Advanced Ellipse Calculator
Example Data Table
| Center | a | b | Direction | Equation | Area | Eccentricity |
|---|---|---|---|---|---|---|
| (0, 0) | 5 | 3 | Horizontal | x²/25 + y²/9 = 1 | 47.1239 | 0.8 |
| (2, -1) | 6 | 4 | Vertical | (x - 2)²/16 + (y + 1)²/36 = 1 | 75.3982 | 0.745356 |
| (-3, 4) | 8 | 5 | Horizontal | (x + 3)²/64 + (y - 4)²/25 = 1 | 125.6637 | 0.780625 |
Formula Used
The calculator uses the standard axis-aligned ellipse equation. The center is written as (h, k). The semi-major axis is a. The semi-minor axis is b.
The focal distance is calculated by c = √(a² - b²). Eccentricity is e = c / a. Area is πab. The latus rectum length is 2b² / a.
For general equations, the calculator completes the square. It converts Ax² + Cy² + Dx + Ey + F = 0 into standard ellipse form when the coefficients describe a valid axis-aligned ellipse.
How to Use This Calculator
- Select an input method from the dropdown.
- Enter the center and axis values, focal values, or general equation coefficients.
- Choose whether the major axis is horizontal or vertical when needed.
- Press the calculate button.
- Review the equation, foci, vertices, eccentricity, area, and chart points.
- Use the CSV or PDF button to save the result.
Understanding the Equation of an Ellipse
What the Calculator Finds
An ellipse is a smooth closed curve around two focal points. This calculator helps you build its equation from common geometry inputs. You can enter a center, semi-axes, focal distance, or general coefficients. The tool then returns the standard equation, general equation, vertices, co-vertices, foci, area, and eccentricity.
Why the Center Matters
The center controls the translation of the ellipse. When the center is not the origin, the equation uses x minus h and y minus k. These shifts move the curve left, right, up, or down. They do not change the shape unless the axes also change.
Major and Minor Axes
The major axis is the longest diameter. Its half length is called a. The minor axis is the shorter diameter. Its half length is called b. When the major axis is horizontal, a belongs under the x expression. When it is vertical, a belongs under the y expression.
Foci and Shape
The foci show how stretched the ellipse is. The focal distance c comes from a squared minus b squared. Eccentricity equals c divided by a. A value near zero means the ellipse looks more circular. A value closer to one means it is more stretched.
Practical Use
Ellipse equations appear in analytic geometry, astronomy, design, optics, and engineering. The chart points help with graphing. The exports help teachers, students, and content creators keep a clean record. Always check that the semi-major value is not smaller than the semi-minor value.
FAQs
1. What is the standard equation of an ellipse?

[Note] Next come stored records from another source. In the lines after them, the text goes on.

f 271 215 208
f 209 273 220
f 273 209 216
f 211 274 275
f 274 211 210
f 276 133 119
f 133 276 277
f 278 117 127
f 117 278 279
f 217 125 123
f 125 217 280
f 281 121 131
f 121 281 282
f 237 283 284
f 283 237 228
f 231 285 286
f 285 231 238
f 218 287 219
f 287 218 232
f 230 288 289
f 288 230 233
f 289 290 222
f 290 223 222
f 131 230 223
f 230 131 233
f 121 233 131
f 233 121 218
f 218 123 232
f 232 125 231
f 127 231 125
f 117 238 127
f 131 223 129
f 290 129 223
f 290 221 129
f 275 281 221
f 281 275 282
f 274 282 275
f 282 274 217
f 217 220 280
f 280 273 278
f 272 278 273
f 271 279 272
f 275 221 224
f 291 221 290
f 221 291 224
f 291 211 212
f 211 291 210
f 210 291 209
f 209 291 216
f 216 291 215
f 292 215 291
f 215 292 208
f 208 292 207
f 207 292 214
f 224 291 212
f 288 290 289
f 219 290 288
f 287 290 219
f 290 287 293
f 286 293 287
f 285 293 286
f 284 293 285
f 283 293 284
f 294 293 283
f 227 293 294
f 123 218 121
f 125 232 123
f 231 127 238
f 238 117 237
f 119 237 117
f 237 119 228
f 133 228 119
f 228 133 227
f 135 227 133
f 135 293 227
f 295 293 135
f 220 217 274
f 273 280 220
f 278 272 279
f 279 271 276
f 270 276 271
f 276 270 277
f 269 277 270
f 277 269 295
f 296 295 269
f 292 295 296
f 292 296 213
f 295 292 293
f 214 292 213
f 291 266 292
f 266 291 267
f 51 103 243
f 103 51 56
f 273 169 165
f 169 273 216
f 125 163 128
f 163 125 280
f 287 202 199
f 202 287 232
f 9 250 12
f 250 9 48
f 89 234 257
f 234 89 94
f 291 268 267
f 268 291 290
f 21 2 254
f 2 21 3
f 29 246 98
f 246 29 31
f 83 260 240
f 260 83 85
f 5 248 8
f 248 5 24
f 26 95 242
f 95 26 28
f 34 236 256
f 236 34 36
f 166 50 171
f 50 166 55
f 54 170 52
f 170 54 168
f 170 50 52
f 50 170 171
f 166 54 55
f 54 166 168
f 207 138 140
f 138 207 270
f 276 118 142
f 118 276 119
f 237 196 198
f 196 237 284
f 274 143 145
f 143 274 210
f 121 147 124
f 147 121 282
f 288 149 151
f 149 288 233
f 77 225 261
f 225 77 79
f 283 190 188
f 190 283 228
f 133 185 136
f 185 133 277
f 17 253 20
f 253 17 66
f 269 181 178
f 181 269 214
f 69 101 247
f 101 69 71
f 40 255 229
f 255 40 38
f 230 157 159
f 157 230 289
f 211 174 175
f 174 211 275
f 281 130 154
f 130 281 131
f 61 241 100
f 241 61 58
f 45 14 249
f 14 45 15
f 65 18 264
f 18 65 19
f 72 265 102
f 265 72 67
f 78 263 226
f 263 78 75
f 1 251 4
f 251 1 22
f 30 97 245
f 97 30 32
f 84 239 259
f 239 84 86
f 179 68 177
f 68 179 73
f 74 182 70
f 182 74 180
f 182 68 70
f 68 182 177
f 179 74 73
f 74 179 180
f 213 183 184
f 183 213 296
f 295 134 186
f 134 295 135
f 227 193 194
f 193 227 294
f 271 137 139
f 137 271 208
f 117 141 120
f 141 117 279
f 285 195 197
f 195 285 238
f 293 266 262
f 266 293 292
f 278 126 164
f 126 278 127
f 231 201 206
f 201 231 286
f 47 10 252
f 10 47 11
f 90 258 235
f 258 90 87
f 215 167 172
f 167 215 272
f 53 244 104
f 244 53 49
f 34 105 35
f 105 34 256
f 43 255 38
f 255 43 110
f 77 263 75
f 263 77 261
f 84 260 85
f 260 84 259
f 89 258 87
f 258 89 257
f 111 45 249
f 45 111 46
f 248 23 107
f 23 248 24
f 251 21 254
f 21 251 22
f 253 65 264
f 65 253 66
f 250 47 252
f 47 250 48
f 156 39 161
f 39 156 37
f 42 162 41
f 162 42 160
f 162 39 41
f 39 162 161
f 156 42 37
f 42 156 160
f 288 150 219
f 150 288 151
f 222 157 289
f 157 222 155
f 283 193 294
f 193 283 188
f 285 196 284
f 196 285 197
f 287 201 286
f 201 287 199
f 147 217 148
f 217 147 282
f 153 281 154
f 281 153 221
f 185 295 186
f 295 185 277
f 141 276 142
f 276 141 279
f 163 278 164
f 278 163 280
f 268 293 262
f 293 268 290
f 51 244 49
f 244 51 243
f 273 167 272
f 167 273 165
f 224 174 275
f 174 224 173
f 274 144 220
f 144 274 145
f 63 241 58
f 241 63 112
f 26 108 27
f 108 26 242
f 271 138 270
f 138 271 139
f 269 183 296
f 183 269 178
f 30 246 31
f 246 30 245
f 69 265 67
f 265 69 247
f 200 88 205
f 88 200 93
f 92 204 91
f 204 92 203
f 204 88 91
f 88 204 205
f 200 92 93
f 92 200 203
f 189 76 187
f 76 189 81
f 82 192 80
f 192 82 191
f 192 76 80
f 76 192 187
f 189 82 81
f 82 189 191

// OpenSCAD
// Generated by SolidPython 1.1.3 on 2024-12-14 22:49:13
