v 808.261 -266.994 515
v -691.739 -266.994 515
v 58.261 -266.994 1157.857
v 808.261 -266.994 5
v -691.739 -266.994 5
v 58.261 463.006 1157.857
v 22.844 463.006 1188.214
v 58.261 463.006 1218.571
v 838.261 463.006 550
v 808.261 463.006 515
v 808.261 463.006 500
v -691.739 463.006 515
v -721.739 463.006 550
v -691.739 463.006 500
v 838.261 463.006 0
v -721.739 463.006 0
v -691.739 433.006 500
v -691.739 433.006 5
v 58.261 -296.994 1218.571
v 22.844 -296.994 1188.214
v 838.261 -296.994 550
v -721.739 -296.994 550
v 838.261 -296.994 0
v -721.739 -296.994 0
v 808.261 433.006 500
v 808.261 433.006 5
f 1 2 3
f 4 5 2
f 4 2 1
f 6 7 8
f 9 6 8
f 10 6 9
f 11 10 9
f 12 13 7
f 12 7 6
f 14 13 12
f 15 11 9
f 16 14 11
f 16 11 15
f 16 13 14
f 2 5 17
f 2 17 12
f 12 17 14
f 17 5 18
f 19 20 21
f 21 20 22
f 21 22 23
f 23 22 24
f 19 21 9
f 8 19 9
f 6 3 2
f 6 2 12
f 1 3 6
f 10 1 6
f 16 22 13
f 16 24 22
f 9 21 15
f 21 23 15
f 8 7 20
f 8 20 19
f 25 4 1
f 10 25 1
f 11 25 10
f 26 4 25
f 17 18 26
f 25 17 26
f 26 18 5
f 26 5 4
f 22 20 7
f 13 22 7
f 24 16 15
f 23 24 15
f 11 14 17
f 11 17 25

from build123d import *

# Parameters (mm, degrees)
SKETCH1_W           = 1560
SKETCH1_H           = 760
SKETCH1_W_2         = 1500
SKETCH1_H_2         = 700
BOSS_EXTRUDE1_DEPTH = 500
SKETCH2_W           = 1500
SKETCH2_H           = 700
BOSS_EXTRUDE2_DEPTH = 5
SKETCH5_W           = 30
SKETCH5_H           = 760
BOSS_EXTRUDE3_DEPTH = 50
CUT_EXTRUDE1_REACH  = 1260.086
SKETCH7_W           = 46.097722286
SKETCH7_H           = 760
BOSS_EXTRUDE4_DEPTH = 1709
SKETCH8_W           = 30
SKETCH8_H           = 760
BOSS_EXTRUDE5_DEPTH = 50
CUT_EXTRUDE2_REACH  = 2012.771
BOSS_EXTRUDE6_REACH = 2092.258
SKETCH11_W          = 46.097722286
SKETCH11_H          = 760
CUT_EXTRUDE4_DEPTH  = 1023
CUT_EXTRUDE5_DEPTH  = 1023
BOSS_EXTRUDE7_REACH = 1199.247
SKETCH14_W          = 1500
SKETCH14_H          = 30


with BuildPart() as part:
    # Sketch1 → Boss-Extrude1 (new body)
    with BuildSketch(Plane.XY):
        with Locations((58.260712741, 83.006069765)):
            Rectangle(SKETCH1_W, SKETCH1_H)
        with Locations((58.260712741, 83.006069765)):
            Rectangle(SKETCH1_W_2, SKETCH1_H_2, mode=Mode.SUBTRACT)
    extrude(amount=BOSS_EXTRUDE1_DEPTH)

    # Sketch2 → Boss-Extrude2 (add)
    with BuildSketch(Plane.XY):
        with Locations((58.260712741, 83.006069765)):
            Rectangle(SKETCH2_W, SKETCH2_H)
    extrude(amount=BOSS_EXTRUDE2_DEPTH)

    # Sketch5 → Boss-Extrude3 (add)
    with BuildSketch(Plane.XY.offset(500)):
        with Locations((823.260712741, 83.006069765)):
            Rectangle(SKETCH5_W, SKETCH5_H)
    extrude(amount=BOSS_EXTRUDE3_DEPTH)

    # Sketch6 → Cut-Extrude1 (cut, up to next)
    with BuildSketch(Plane(origin=(0, 463.006069765, 0), x_dir=(1, 0, 0), z_dir=(0, 1, 0)), mode=Mode.PRIVATE) as cut_extrude1_sk1:
        Polygon((838.260712741, -550), (808.260712741, -515), (808.260712741, -550), align=None)
    cut_extrude1_tool1 = extrude(cut_extrude1_sk1.sketch, amount=-CUT_EXTRUDE1_REACH, mode=Mode.PRIVATE) & part.part
    add(cut_extrude1_tool1.solids().sort_by_distance((818.260713, 463.00607, 538.333333))[0], mode=Mode.SUBTRACT)

    # Sketch7 → Boss-Extrude4 (add)
    with BuildSketch(Plane(origin=(211.467940286, 0, -181.258234531), x_dir=(0.6507913734559673, 0, 0.7592566023652978), z_dir=(-0.7592566023652978, 0, 0.6507913734559673))):
        with Locations((940.075110717, 83.006069765)):
            Rectangle(SKETCH7_W, SKETCH7_H)
    extrude(amount=BOSS_EXTRUDE4_DEPTH)

    # Sketch8 → Boss-Extrude5 (add)
    with BuildSketch(Plane.XY.offset(500)):
        with Locations((-706.739287259, 83.006069765)):
            Rectangle(SKETCH8_W, SKETCH8_H)
    extrude(amount=BOSS_EXTRUDE5_DEPTH)

    # Sketch10 → Cut-Extrude2 (cut, up to next)
    with BuildSketch(Plane(origin=(0, 463.006069765, 0), x_dir=(1, 0, 0), z_dir=(0, 1, 0)), mode=Mode.PRIVATE) as cut_extrude2_sk1:
        Polygon((-691.739287259, -550), (-691.739287259, -515), (-721.739287259, -550), align=None)
    cut_extrude2_tool1 = extrude(cut_extrude2_sk1.sketch, amount=-CUT_EXTRUDE2_REACH, mode=Mode.PRIVATE) & part.part
    add(cut_extrude2_tool1.solids().sort_by_distance((-701.739287, 463.00607, 538.333333))[0], mode=Mode.SUBTRACT)

    # Boss-Extrude6: up to this plane
    boss_extrude6_end = Plane(origin=(-489.308820701, 463.006069765, 1627.202457236), z_dir=(0.6507913734559673, 0, 0.7592566023652978))
    # Sketch11 → Boss-Extrude6 (add, up to the surface)
    with BuildSketch(Plane(origin=(-144.296765596, 0, -123.682941939), x_dir=(0.6507913734559686, 0, -0.7592566023652966), z_dir=(0.7592566023652966, 0, 0.6507913734559686)), mode=Mode.PRIVATE) as boss_extrude6_sk1:
        with Locations((-864.24397219, 83.006069765)):
            Rectangle(SKETCH11_W, SKETCH11_H)
    boss_extrude6_tool1 = split(extrude(boss_extrude6_sk1.sketch, amount=BOSS_EXTRUDE6_REACH, mode=Mode.PRIVATE), bisect_by=boss_extrude6_end, keep=Keep.BOTH, mode=Mode.PRIVATE)
    add(boss_extrude6_tool1.solids().sort_by_distance((-706.739287, 83.00607, 532.5))[0])

    # Sketch12 → Cut-Extrude4 (cut)
    with BuildSketch(Plane(origin=(0, 463.006069765, 0), x_dir=(1, 0, 0), z_dir=(0, 1, 0))):
        Polygon((55.536353767, -1220.906593407), (-459.308820701, -1662.202457236), (-489.308820701, -1627.202457236), (22.844046075, -1188.214285714), align=None)
    extrude(amount=-CUT_EXTRUDE4_DEPTH, mode=Mode.SUBTRACT)

    # Sketch13 → Cut-Extrude5 (cut)
    with BuildSketch(Plane(origin=(0, 463.006069765, 0), x_dir=(1, 0, 0), z_dir=(0, 1, 0))):
        Polygon((22.844046075, -1188.214285714), (58.260712741, -1218.571428571), (55.536353767, -1220.906593407), align=None)
    extrude(amount=-CUT_EXTRUDE5_DEPTH, mode=Mode.SUBTRACT)

    # Sketch14 → Boss-Extrude7 (add, up to next)
    with BuildSketch(Plane.XY.offset(500), mode=Mode.PRIVATE) as boss_extrude7_sk1:
        with Locations((58.260712741, -281.993930235)):
            Rectangle(SKETCH14_W, SKETCH14_H)
    boss_extrude7_tool1 = extrude(boss_extrude7_sk1.sketch, amount=BOSS_EXTRUDE7_REACH, mode=Mode.PRIVATE) - part.part
    add(boss_extrude7_tool1.solids().sort_by_distance((58.260713, -281.99393, 500))[0])


solid = part.part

The standard equation is based on the center and axis lengths. A horizontal ellipse uses (x - h)²/a² + (y - k)²/b² = 1. A vertical ellipse switches the larger denominator under the y expression.
2. What are h and k in an ellipse?
The values h and k form the center point. The center is written as (h, k). They shift the ellipse away from the origin without changing the basic shape.
3. What is the semi-major axis?
The semi-major axis is half of the longest width of the ellipse. It is usually named a. It controls the longest direction and helps calculate foci, eccentricity, and area.
4. What is the semi-minor axis?
The semi-minor axis is half of the shortest width of the ellipse. It is usually named b. It must be positive and should not be greater than the semi-major axis.
5. How are foci calculated?
The focal distance is c = √(a² - b²). For a horizontal ellipse, foci are left and right of the center. For a vertical ellipse, foci are above and below the center.
6. What does eccentricity mean?
Eccentricity measures how stretched an ellipse is. It equals c divided by a. A smaller value looks more circular. A larger value looks longer and thinner.
7. Can this calculator use general form?
Yes. It can process axis-aligned equations in the form Ax² + Cy² + Dx + Ey + F = 0. It completes the square and converts valid inputs into standard form.
8. Why is my input rejected?
The input may not describe a valid ellipse. Common issues include zero coefficients, opposite signs for A and C, negative denominators, or a focal distance greater than the semi-major axis.